Our first prediction was that introduced predators should have more pronounced effects than native predators on the population sizes and reproductive outputs of their prey. To test this prediction with the 45 replicated experiments, we carried out a categorical summary analysis using the homogeneity statistic, Q, in MetaWin v. 2.1. As with variance in ANOVA, the total heterogeneity QT can be partitioned into QM, the variation explained by the model, and QE, the residual error variance (Rosenberg et al. 2000). Continuous summary analysis (weighted linear regression) was used to determine whether d was affected by the spatial or temporal scale of the studies. We used random effects models and conducted resampling tests with 4999 iterations. Bias-corrected confidence intervals were used to evaluate the probability at 0.05. All tests were two-tailed.
To expand the coverage of research that has evaluated the impacts of predation, we conducted a similar analysis on the unreplicated predator removal experiments. Altogether, 34 unreplicated studies fulfilled the criteria, but two were excluded as they reported earlier stages of experiments that were represented in the analysis by later, more inclusive papers. In two cases, different aspects of the same experiment were reported in separate papers, which were then combined to gain one effect size. One study consisted of six experiments at different locations, which were therefore treated as independent studies in the dataset. Hence, the final dataset has 35 rows (table S2 in electronic supplementary material).
We classified the traits of the unreplicated experimental systems as described previously and defined the effect size as Xe/Xc, where Xe and Xc are the treatment and control prey responses, respectively. A ratio over 1 means that predator manipulation had a positive effect on the prey species, while a ratio up to 1 means that manipulation did not affect the prey species or the effects were negative. These unreplicated data cannot be analysed using typical meta-analysis approaches; therefore, we tested for differences in effect size in the study traits using Student's t-test with the Satterthwaite option for heteroscedastic variances (procedure TTEST, SAS Statistical Package, v. 9.1; SAS Institute, Cary, NC, USA). Effect size was ln transformed to meet the assumptions of normality.
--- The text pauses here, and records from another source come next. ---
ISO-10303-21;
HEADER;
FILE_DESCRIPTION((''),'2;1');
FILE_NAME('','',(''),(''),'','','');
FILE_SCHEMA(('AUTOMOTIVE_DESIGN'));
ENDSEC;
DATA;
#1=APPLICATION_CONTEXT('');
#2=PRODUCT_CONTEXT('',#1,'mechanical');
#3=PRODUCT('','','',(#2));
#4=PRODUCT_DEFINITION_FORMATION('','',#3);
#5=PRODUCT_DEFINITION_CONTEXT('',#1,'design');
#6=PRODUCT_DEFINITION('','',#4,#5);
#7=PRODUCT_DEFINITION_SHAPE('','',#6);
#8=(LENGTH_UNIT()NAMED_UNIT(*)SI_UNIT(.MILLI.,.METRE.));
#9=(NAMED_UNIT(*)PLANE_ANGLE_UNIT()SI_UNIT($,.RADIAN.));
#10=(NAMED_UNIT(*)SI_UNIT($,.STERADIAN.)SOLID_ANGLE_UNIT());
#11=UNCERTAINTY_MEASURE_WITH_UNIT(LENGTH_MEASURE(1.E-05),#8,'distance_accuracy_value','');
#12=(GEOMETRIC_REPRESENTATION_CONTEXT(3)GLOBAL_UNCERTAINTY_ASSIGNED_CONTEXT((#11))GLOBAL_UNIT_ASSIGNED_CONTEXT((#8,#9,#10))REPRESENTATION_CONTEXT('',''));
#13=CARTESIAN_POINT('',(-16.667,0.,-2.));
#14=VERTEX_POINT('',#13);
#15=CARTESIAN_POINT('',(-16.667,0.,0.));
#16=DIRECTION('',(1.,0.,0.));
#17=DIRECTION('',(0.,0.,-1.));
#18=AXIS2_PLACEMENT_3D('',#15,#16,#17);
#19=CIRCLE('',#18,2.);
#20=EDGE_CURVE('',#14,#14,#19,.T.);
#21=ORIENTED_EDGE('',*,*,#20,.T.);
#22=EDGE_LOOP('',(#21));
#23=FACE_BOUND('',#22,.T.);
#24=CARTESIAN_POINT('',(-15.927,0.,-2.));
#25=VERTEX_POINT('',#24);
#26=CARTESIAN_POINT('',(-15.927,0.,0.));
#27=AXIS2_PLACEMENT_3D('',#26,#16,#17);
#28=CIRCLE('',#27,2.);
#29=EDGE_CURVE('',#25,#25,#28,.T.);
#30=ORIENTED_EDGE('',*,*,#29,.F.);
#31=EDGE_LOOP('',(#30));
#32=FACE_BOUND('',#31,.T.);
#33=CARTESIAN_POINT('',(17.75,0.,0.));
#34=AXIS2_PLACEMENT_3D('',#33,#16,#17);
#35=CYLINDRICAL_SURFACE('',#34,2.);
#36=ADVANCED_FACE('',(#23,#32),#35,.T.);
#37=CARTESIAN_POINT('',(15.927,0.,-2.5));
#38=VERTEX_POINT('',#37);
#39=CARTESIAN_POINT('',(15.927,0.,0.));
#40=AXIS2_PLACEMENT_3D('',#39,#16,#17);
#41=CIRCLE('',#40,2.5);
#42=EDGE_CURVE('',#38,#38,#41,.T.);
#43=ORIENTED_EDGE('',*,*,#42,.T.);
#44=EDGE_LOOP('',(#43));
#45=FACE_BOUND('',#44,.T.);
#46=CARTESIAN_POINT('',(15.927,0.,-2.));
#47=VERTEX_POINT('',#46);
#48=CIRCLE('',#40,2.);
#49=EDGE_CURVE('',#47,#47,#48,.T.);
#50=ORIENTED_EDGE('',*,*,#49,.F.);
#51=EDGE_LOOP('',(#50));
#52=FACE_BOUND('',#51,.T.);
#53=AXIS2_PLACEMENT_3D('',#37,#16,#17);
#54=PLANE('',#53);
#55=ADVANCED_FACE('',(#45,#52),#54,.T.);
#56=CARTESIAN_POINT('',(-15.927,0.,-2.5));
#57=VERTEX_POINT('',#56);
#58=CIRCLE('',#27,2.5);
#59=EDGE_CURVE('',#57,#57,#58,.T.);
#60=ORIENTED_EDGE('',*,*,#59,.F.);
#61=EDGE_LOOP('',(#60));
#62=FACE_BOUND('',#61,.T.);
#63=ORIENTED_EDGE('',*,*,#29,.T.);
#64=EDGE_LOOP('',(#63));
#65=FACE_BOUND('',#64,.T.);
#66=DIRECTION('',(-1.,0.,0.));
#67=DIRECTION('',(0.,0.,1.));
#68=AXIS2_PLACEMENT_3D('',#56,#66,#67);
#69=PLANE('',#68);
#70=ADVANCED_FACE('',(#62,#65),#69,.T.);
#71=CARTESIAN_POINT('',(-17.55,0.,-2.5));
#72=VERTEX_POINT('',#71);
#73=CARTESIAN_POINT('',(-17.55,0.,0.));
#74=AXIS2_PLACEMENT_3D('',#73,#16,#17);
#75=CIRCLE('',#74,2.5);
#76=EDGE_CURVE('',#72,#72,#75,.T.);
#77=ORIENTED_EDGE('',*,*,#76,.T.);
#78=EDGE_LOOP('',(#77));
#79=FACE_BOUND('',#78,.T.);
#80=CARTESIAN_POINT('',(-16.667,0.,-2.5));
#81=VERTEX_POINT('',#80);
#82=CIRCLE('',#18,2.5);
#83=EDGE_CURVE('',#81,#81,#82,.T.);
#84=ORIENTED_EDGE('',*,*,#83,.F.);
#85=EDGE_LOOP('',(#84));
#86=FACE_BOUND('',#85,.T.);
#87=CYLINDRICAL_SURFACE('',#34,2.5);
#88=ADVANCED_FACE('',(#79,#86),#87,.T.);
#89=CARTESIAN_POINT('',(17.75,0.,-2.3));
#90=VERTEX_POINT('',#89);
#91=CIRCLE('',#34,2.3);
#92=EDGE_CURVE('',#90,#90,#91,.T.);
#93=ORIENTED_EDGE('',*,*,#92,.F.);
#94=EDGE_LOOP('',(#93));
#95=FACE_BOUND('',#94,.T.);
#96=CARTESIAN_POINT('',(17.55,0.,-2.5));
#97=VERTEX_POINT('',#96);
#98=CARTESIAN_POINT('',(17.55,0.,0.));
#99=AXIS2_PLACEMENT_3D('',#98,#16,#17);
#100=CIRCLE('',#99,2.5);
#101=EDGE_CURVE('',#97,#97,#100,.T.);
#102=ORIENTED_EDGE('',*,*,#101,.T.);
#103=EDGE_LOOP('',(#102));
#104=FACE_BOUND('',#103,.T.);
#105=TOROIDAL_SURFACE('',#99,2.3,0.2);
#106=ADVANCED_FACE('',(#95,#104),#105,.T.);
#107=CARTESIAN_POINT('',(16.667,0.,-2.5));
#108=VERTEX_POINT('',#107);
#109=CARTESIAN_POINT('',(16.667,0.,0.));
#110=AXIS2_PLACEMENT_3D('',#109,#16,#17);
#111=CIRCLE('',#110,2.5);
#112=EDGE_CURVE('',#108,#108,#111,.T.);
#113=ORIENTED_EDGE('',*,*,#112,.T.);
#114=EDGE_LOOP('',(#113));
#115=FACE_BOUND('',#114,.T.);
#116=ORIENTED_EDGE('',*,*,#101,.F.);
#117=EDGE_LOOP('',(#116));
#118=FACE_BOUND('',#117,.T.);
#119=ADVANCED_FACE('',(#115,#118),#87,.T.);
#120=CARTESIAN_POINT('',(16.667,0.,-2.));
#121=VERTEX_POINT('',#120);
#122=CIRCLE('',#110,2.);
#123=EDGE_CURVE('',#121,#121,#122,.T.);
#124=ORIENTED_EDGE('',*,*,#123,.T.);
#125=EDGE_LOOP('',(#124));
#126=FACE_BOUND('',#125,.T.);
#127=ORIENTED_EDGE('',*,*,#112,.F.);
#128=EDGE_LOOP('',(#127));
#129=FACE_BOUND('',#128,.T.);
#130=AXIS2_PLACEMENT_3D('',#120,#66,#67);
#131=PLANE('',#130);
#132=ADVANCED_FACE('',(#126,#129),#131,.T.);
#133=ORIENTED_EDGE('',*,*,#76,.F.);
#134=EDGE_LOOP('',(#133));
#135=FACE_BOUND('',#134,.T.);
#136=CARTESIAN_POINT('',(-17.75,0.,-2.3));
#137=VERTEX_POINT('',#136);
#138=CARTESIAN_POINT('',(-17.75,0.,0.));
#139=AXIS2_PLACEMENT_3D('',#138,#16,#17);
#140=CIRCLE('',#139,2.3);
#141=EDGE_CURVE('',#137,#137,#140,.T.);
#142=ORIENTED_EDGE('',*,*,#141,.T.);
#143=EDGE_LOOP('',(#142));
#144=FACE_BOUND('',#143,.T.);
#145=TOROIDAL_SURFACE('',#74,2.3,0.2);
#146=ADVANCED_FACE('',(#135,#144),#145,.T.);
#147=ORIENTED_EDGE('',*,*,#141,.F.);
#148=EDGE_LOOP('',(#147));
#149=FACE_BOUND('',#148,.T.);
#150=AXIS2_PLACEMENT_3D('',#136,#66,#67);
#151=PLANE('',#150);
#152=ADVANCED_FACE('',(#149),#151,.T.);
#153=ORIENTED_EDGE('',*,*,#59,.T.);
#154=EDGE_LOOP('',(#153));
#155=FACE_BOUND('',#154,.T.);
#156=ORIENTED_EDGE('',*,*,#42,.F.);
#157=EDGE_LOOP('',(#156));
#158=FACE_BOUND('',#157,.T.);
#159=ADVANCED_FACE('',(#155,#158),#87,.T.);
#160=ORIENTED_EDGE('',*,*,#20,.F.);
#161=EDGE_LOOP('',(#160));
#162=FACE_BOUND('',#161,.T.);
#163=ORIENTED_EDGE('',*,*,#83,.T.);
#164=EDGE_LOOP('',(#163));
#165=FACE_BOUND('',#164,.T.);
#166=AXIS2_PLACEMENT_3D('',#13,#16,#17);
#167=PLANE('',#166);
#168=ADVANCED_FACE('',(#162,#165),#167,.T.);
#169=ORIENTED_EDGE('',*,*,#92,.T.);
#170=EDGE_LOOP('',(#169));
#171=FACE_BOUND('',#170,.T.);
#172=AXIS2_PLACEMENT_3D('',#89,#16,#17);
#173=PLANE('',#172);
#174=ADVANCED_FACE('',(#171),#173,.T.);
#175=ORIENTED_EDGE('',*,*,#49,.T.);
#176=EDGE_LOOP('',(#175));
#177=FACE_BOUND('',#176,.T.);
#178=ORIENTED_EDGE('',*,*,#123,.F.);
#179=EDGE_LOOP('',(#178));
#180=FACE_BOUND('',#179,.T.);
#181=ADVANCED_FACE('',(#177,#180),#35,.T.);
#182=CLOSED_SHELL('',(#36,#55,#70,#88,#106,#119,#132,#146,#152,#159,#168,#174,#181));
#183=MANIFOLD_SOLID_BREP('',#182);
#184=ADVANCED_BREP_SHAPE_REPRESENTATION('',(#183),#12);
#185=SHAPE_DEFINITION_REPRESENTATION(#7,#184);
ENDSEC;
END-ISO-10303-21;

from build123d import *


with BuildPart() as part:
    # Sketch1 → Revolve1 (revolve)
    with BuildSketch(Plane(origin=(0, 0, 0), x_dir=(1, 0, 0), z_dir=(0, 1, 0))):
        with BuildLine():
            Line((-15.927, 2.5), (15.927, 2.5))
            Line((15.927, 2.5), (15.927, 2))
            Line((15.927, 2), (16.667, 2))
            Line((16.667, 2), (16.667, 2.5))
            Line((16.667, 2.5), (17.55, 2.5))
            ThreePointArc((17.55, 2.5), (17.691421356, 2.441421356), (17.75, 2.3))
            Line((17.75, 2.3), (17.75, 0))
            Line((17.75, 0), (-17.75, 0))
            Line((-17.75, 0), (-17.75, 2.3))
            ThreePointArc((-17.75, 2.3), (-17.691421356, 2.441421356), (-17.55, 2.5))
            Line((-17.55, 2.5), (-16.667, 2.5))
            Line((-16.667, 2.5), (-16.667, 2))
            Line((-16.667, 2), (-15.927, 2))
            Line((-15.927, 2), (-15.927, 2.5))
        make_face()
    revolve(axis=Axis((17.75, 0, 0), (-1, 0, 0)))


solid = part.part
Finally, a generalized linear model was built in order to further test our first and second predictions (i.e. that alien predators would have more impact than native predators on prey populations and that predation impacts would be greater on prey in island ecosystems compared with mainland ecosystems), and to explore possible interactions of the different explanatory variables. Neither MetaWin nor t-test allows the simultaneous analysis of multiple factors, and the sample sizes of replicated and unreplicated experiments alone were too small for such an analysis. Therefore, we pooled population size responses of the replicated and unreplicated experiments using Xe/Xc as the effect size measure. The model was fitted with a negative binomial distribution of the response and a log link function with the negative binomial GLM (glm.nb) procedure in the MASS library of S-Plus (v. 6, Insightful Corporation, Seattle, USA).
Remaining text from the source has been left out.